Discover more from The Lost i
Type-Face
EYES ON: M/M Paris’ The Alphabet (2001)
M/M Paris is an infamous graphic design agency that works across the worlds of fashion, art and music. Their project The Alphabet establishes the lesser-seen crossover between modelling and typography.
A play on the word ‘type-face’, photographs of models taken by Inez van Lamsweerde and Vinoodh Matadin were cut into pieces and reassembled into the first letter of each of the models’ names.
WHY WE’RE WATCHING:
The letterform historian Paul McNeil (who made a book about M/M Paris’ experimental typefaces) describes this project as “an extraordinary collection of letters which play with relationships between reading and looking, while also commenting ironically on the commodification of the female form.”
Playful in so many ways, The Alphabet flips our eyes back and forth between text and image, between body and letter, and between meaning and nonsense.
Iconic Footwear
EYES ON: SUCUK AND BRATWURST’s Ancient Trainers
The Berlin creative collective SUCUK UND BRATWURST created a campaign that cast the Nike sneaker as museum collectible.
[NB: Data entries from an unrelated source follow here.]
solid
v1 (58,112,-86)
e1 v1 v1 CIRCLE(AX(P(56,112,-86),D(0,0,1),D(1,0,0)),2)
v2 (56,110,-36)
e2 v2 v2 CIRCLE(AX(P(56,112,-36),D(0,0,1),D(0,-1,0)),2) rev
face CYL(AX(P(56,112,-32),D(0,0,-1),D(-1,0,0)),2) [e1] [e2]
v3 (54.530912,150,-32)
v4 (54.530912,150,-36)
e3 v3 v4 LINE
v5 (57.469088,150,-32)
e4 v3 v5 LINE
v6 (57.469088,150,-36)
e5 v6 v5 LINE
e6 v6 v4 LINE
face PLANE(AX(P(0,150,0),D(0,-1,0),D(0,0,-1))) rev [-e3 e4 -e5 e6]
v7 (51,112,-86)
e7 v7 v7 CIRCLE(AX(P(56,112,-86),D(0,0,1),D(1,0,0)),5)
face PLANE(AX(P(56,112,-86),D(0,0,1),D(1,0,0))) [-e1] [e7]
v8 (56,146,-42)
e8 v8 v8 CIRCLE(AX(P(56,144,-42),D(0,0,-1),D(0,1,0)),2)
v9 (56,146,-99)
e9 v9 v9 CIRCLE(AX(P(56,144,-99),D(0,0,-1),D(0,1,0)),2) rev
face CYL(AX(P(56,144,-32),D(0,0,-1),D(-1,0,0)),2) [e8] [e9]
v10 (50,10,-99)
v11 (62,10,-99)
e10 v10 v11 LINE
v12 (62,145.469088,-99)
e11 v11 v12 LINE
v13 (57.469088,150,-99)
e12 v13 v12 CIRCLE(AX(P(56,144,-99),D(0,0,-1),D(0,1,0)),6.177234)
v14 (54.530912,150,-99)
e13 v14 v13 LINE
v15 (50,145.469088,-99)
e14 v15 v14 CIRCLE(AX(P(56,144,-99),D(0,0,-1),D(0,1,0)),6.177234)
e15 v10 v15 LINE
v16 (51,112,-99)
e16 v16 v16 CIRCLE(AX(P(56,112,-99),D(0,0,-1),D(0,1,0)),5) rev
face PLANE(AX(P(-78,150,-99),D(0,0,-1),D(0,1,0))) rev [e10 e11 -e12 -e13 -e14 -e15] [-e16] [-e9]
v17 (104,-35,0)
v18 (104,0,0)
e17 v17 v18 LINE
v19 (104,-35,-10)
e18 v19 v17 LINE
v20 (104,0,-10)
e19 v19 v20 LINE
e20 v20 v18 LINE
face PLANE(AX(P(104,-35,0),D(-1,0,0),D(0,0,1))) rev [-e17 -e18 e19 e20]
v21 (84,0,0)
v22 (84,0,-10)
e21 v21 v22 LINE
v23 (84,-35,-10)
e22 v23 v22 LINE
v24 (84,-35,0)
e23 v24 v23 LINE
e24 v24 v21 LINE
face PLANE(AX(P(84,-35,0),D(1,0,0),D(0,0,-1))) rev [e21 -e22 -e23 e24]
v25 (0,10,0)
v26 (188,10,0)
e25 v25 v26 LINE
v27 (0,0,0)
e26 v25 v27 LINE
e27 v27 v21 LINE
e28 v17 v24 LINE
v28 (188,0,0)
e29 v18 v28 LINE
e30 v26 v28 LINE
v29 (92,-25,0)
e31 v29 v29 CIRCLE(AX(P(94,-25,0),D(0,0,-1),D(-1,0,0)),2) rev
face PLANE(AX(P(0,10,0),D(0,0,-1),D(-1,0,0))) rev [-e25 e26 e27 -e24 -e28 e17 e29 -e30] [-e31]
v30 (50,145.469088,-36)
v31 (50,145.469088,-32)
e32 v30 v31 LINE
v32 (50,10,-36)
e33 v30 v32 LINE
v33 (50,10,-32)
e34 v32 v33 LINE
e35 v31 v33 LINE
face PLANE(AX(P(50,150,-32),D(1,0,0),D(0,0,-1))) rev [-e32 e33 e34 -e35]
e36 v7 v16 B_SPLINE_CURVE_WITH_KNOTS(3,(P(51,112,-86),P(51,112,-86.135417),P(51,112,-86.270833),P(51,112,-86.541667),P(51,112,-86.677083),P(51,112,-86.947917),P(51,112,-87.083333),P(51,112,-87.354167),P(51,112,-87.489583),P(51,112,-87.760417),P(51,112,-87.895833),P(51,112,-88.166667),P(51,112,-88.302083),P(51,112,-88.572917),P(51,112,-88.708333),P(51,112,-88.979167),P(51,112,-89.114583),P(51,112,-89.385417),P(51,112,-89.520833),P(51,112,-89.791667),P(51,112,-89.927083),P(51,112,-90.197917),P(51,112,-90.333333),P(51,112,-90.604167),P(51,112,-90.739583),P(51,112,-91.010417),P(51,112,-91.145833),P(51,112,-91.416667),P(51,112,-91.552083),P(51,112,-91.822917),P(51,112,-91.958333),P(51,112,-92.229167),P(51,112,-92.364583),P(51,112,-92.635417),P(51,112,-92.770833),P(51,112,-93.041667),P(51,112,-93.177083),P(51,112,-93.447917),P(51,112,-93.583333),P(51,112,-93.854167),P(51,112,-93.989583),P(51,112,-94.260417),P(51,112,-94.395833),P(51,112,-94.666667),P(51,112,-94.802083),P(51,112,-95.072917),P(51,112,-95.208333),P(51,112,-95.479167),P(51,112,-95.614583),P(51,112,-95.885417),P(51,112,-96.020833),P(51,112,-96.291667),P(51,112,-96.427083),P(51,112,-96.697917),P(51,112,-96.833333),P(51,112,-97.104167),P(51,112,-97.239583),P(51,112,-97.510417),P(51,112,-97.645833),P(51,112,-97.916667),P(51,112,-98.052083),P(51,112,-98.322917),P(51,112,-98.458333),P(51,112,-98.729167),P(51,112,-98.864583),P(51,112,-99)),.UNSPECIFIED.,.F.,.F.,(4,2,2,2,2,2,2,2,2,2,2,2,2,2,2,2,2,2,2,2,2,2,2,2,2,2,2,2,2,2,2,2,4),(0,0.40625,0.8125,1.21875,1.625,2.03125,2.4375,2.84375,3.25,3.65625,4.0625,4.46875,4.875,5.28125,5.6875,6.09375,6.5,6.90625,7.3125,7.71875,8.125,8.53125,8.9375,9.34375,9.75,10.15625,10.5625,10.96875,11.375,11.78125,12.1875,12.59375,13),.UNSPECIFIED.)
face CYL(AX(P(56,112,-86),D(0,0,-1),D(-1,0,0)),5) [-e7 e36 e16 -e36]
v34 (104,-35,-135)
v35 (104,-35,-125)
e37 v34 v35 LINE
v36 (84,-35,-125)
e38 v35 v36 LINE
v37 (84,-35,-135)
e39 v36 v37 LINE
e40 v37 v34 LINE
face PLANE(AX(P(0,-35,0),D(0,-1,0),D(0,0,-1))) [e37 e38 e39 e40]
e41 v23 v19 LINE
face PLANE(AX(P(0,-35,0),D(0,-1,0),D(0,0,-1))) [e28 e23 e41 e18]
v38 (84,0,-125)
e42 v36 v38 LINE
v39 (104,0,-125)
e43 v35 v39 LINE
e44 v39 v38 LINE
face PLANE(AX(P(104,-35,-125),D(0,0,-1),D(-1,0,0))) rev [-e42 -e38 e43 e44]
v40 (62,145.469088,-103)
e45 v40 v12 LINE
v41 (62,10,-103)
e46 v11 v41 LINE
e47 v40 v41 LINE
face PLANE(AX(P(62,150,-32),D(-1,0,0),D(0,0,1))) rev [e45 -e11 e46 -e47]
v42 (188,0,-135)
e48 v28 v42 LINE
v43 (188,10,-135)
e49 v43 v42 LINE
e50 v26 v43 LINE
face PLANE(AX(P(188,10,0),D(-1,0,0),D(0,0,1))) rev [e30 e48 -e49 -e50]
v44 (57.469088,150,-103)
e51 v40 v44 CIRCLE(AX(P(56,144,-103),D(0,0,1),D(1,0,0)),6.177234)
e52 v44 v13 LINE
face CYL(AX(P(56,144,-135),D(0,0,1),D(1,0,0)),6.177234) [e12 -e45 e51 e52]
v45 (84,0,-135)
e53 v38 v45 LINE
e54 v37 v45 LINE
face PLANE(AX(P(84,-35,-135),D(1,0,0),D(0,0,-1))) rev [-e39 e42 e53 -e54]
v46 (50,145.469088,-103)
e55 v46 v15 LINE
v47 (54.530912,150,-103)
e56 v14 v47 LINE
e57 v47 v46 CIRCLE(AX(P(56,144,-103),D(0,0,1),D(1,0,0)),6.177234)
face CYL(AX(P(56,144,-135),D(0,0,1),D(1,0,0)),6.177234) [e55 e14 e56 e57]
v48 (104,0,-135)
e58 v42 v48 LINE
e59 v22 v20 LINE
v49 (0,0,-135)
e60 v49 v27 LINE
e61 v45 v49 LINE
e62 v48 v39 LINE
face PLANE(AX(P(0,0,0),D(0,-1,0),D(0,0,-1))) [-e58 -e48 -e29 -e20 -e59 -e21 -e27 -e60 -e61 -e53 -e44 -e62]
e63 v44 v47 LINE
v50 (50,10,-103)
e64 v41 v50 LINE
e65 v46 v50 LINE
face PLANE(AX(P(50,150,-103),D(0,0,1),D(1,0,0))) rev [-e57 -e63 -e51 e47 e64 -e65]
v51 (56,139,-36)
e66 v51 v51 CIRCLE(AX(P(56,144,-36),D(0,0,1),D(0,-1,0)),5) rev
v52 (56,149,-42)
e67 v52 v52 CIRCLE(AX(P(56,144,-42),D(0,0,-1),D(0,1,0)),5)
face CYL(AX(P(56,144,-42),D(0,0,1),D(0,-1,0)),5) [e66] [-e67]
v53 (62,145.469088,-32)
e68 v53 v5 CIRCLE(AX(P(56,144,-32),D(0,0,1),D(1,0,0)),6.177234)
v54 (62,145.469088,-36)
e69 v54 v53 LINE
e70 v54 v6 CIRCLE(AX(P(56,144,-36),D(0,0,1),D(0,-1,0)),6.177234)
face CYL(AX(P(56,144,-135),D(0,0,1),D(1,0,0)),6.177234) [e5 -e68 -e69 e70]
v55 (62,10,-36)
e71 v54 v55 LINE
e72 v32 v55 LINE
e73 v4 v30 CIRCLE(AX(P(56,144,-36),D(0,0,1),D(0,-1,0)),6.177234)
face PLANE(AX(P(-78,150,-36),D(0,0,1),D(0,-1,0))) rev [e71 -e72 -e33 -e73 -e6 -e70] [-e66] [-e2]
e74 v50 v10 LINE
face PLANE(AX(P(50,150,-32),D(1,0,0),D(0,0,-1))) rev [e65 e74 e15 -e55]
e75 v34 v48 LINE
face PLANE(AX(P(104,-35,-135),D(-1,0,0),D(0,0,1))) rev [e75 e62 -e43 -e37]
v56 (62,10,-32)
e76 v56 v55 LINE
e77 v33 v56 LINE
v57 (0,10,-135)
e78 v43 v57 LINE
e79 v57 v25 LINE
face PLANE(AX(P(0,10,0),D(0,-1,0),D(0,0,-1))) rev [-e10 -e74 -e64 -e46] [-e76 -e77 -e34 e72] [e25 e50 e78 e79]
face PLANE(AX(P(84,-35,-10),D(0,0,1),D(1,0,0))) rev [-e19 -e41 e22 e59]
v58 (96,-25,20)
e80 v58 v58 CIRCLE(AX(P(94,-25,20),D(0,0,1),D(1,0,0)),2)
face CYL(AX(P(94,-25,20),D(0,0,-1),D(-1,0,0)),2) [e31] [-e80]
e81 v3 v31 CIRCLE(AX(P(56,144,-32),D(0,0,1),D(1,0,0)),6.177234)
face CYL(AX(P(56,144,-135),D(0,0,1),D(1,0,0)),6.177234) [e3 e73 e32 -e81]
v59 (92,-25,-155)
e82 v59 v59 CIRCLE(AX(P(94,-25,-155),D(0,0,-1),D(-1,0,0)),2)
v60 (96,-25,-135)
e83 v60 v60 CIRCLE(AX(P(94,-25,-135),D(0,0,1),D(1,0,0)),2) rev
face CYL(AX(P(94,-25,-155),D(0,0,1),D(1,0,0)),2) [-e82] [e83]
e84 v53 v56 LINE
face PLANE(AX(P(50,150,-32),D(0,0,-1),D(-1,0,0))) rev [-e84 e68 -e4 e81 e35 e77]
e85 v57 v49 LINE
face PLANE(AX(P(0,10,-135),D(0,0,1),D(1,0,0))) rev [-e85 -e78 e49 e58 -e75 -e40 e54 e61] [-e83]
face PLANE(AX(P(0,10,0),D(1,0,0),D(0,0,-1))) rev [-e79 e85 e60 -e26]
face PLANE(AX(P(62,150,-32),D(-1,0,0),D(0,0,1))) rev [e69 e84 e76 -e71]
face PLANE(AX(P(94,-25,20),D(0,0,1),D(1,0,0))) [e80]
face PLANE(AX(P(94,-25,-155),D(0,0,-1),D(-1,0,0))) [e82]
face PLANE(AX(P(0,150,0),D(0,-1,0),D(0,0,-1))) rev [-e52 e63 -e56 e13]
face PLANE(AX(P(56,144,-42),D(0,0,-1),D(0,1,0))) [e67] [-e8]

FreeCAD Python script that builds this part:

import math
import FreeCAD as App
import Part
import Sketcher


def add_polygon(sketch, points):
    """Adds a closed chain of lines whose ends are joined by coincident constraints."""
    first, n = sketch.GeometryCount, len(points)
    for a, b in zip(points, points[1:] + points[:1]):
        sketch.addGeometry(Part.LineSegment(App.Vector(*a, 0), App.Vector(*b, 0)), False)
    for i in range(n):
        sketch.addConstraint(Sketcher.Constraint("Coincident", first + i, 2, first + (i + 1) % n, 1))

doc = App.newDocument("Part")
body = doc.addObject("PartDesign::Body", "Body")

# Sketch on XZ plane
sketch1 = body.newObject("Sketcher::SketchObject", "Sketch")
sketch1.AttachmentSupport = (doc.getObject("XZ_Plane"), [""])
sketch1.MapMode = "FlatFace"
add_polygon(sketch1, [(0, -135), (0, 0), (188, 0), (188, -135)])  # lines 0-3
sketch1.addConstraint([
    Sketcher.Constraint("Vertical", 0),
    Sketcher.Constraint("Horizontal", 1),
    Sketcher.Constraint("Vertical", 2),
    Sketcher.Constraint("Horizontal", 3),
    Sketcher.Constraint("Coincident", 0, 2, -1, 1),
    Sketcher.Constraint("DistanceX", 1, 1, 1, 2, 188.0),
    Sketcher.Constraint("DistanceY", 0, 1, 0, 2, 135.0),
])
pad1 = body.newObject("PartDesign::Pad", "Pad")
pad1.Profile = sketch1
pad1.Length = 10
pad1.Reversed = True

# Sketch on XZ plane
sketch2 = body.newObject("Sketcher::SketchObject", "Sketch001")
sketch2.AttachmentSupport = (doc.getObject("XZ_Plane"), [""])
sketch2.MapMode = "FlatFace"
sketch2.AttachmentOffset = App.Placement(App.Vector(0, 0, -10), App.Rotation())
add_polygon(sketch2, [(50, -103), (50, -32), (62, -32), (62, -103)])  # lines 0-3
sketch2.addConstraint([
    Sketcher.Constraint("Vertical", 0),
    Sketcher.Constraint("Horizontal", 1),
    Sketcher.Constraint("Vertical", 2),
    Sketcher.Constraint("Horizontal", 3),
    Sketcher.Constraint("DistanceX", 1, 1, 1, 2, 12.0),
    Sketcher.Constraint("DistanceY", 0, 1, 0, 2, 71.0),
    Sketcher.Constraint("DistanceX", -1, 1, 0, 2, 50.0),
    Sketcher.Constraint("DistanceY", 0, 2, -1, 1, 32.0),
])
pad2 = body.newObject("PartDesign::Pad", "Pad001")
pad2.Profile = sketch2
pad2.Length = 140
pad2.Reversed = True

# Sketch on YZ plane
sketch3 = body.newObject("Sketcher::SketchObject", "Sketch002")
sketch3.AttachmentSupport = (doc.getObject("YZ_Plane"), [""])
sketch3.MapMode = "FlatFace"
sketch3.AttachmentOffset = App.Placement(App.Vector(0, 0, 62), App.Rotation())
add_polygon(sketch3, [(150, -36), (10, -36), (10, -99), (150, -99)])  # lines 0-3
sketch3.addConstraint([
    Sketcher.Constraint("Horizontal", 0),
    Sketcher.Constraint("Vertical", 1),
    Sketcher.Constraint("Horizontal", 2),
    Sketcher.Constraint("Vertical", 3),
    Sketcher.Constraint("DistanceX", 0, 2, 0, 1, 140.0),
    Sketcher.Constraint("DistanceY", 1, 2, 1, 1, 63.0),
    Sketcher.Constraint("DistanceX", -1, 1, 0, 2, 10.0),
    Sketcher.Constraint("DistanceY", 0, 2, -1, 1, 36.0),
])
pocket1 = body.newObject("PartDesign::Pocket", "Pocket")
pocket1.Profile = sketch3
pocket1.Length = 140

# Sketch on XY plane
sketch4 = body.newObject("Sketcher::SketchObject", "Sketch003")
sketch4.AttachmentSupport = (doc.getObject("XY_Plane"), [""])
sketch4.MapMode = "FlatFace"
sketch4.AttachmentOffset = App.Placement(App.Vector(0, 0, -99), App.Rotation())
sketch4.addGeometry(Part.Circle(App.Vector(56, 144, 0), App.Vector(0, 0, 1), 2), False)
sketch4.addConstraint([
    Sketcher.Constraint("Diameter", 0, 4.0),
    Sketcher.Constraint("DistanceX", -1, 1, 0, 3, 56.0),
    Sketcher.Constraint("DistanceY", -1, 1, 0, 3, 144.0),
])
pad3 = body.newObject("PartDesign::Pad", "Pad002")
pad3.Profile = sketch4
pad3.Length = 67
Pressed into stone, the sole of each Nike shoe blends seamlessly into imaginary ancient objects.
Made up of the same precious materials as the devotional objects, the campaign suggests that the sole of the Nike shoe is as valuable as any museum-grade item, and so should be collected like one.
WHY WE’RE WATCHING:
Photographed in just the same way as a museum object (grey background, no distractions), these ‘artefacts’ exude ancient value. Rendered sacred and priceless, part of what makes these images so convincing is how well they borrow from the language of museum presentation to communicate historic value.
The Nike soles are heralded as modern rituals, perfectly fused into objects of the past.
The Impressionist JPEG
EYES ON: Dan Hays’ Digital Landscape
Surprisingly, Dan Hays’ Colorado Impressions are oil paintings.
Using a series of images of the Colorado landscape that the artist found on the personal website of a local man with oddly the same name as his (another Dan Hays), Hays created these paintings from across the world in his studio in London.
Overly pixelated and steeped in high tonal contrasts, the paintings reflect on the visual information compression that has come with the widespread adoption of the compressible image files, JPEGs.
WHY WE’RE WATCHING:
In stripping away information to imitate poor digital image quality, Hays’ paintings reference the mediated image that defines the digital age. But more than that, in rendering the landscapes in oil paint, Hays’ finds their context in the wider history of image-making:
“There is a parallel between the way computers compress images with “JPEG” and the way that the Impressionists or Cézanne strove to reduce the amount of painted information to aid in speed of production and capture, yet also to reveal the essence of a scene.” - Dan Hays
So, in reducing the visual information of the paintings to recall similar abstract landscapes of the past, a bridge across more than a century of images is built.